*** INPUT DATA Section Begins ***

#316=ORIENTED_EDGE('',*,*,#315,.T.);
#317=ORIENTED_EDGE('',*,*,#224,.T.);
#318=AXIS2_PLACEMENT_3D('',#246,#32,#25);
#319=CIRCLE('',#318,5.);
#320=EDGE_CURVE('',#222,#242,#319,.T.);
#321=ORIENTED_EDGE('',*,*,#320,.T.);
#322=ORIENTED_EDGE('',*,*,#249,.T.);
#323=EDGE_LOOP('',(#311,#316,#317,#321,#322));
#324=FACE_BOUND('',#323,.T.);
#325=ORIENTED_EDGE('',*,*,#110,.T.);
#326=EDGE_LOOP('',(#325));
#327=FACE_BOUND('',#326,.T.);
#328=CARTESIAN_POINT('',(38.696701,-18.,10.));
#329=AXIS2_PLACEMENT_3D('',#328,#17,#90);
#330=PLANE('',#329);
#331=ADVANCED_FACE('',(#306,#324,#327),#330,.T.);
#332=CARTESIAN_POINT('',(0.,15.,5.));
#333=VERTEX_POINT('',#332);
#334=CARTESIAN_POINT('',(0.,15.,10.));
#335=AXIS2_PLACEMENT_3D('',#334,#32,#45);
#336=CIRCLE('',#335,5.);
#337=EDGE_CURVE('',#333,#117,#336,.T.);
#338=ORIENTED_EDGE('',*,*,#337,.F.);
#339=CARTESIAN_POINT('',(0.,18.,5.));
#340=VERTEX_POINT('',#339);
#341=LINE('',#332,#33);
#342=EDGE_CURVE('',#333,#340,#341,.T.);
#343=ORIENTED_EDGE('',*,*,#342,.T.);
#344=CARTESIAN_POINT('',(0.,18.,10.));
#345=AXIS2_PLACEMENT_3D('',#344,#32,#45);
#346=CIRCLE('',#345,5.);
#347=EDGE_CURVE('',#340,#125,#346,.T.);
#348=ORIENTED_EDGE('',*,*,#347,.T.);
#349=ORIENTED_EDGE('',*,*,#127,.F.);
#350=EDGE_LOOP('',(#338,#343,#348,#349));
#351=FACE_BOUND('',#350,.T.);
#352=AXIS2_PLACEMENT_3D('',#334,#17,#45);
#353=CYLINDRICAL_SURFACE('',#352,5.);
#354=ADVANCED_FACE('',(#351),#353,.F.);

*** INPUT DATA Section Ends ***

-- WHAT YOU WILL DO --
Please give the data again in full, exactly as written.

-- ANSWER TO THIS EXERCISE --
#316=ORIENTED_EDGE('',*,*,#315,.T.);
#317=ORIENTED_EDGE('',*,*,#224,.T.);
#318=AXIS2_PLACEMENT_3D('',#246,#32,#25);
#319=CIRCLE('',#318,5.);
#320=EDGE_CURVE('',#222,#242,#319,.T.);
#321=ORIENTED_EDGE('',*,*,#320,.T.);
#322=ORIENTED_EDGE('',*,*,#249,.T.);
#323=EDGE_LOOP('',(#311,#316,#317,#321,#322));
#324=FACE_BOUND('',#323,.T.);
#325=ORIENTED_EDGE('',*,*,#110,.T.);
#326=EDGE_LOOP('',(#325));
#327=FACE_BOUND('',#326,.T.);
#328=CARTESIAN_POINT('',(38.696701,-18.,10.));
#329=AXIS2_PLACEMENT_3D('',#328,#17,#90);
#330=PLANE('',#329);
#331=ADVANCED_FACE('',(#306,#324,#327),#330,.T.);
#332=CARTESIAN_POINT('',(0.,15.,5.));
#333=VERTEX_POINT('',#332);
#334=CARTESIAN_POINT('',(0.,15.,10.));
#335=AXIS2_PLACEMENT_3D('',#334,#32,#45);
#336=CIRCLE('',#335,5.);
#337=EDGE_CURVE('',#333,#117,#336,.T.);
#338=ORIENTED_EDGE('',*,*,#337,.F.);
#339=CARTESIAN_POINT('',(0.,18.,5.));
#340=VERTEX_POINT('',#339);
#341=LINE('',#332,#33);
#342=EDGE_CURVE('',#333,#340,#341,.T.);
#343=ORIENTED_EDGE('',*,*,#342,.T.);
#344=CARTESIAN_POINT('',(0.,18.,10.));
#345=AXIS2_PLACEMENT_3D('',#344,#32,#45);
#346=CIRCLE('',#345,5.);
#347=EDGE_CURVE('',#340,#125,#346,.T.);
#348=ORIENTED_EDGE('',*,*,#347,.T.);
#349=ORIENTED_EDGE('',*,*,#127,.F.);
#350=EDGE_LOOP('',(#338,#343,#348,#349));
#351=FACE_BOUND('',#350,.T.);
#352=AXIS2_PLACEMENT_3D('',#334,#17,#45);
#353=CYLINDRICAL_SURFACE('',#352,5.);
#354=ADVANCED_FACE('',(#351),#353,.F.);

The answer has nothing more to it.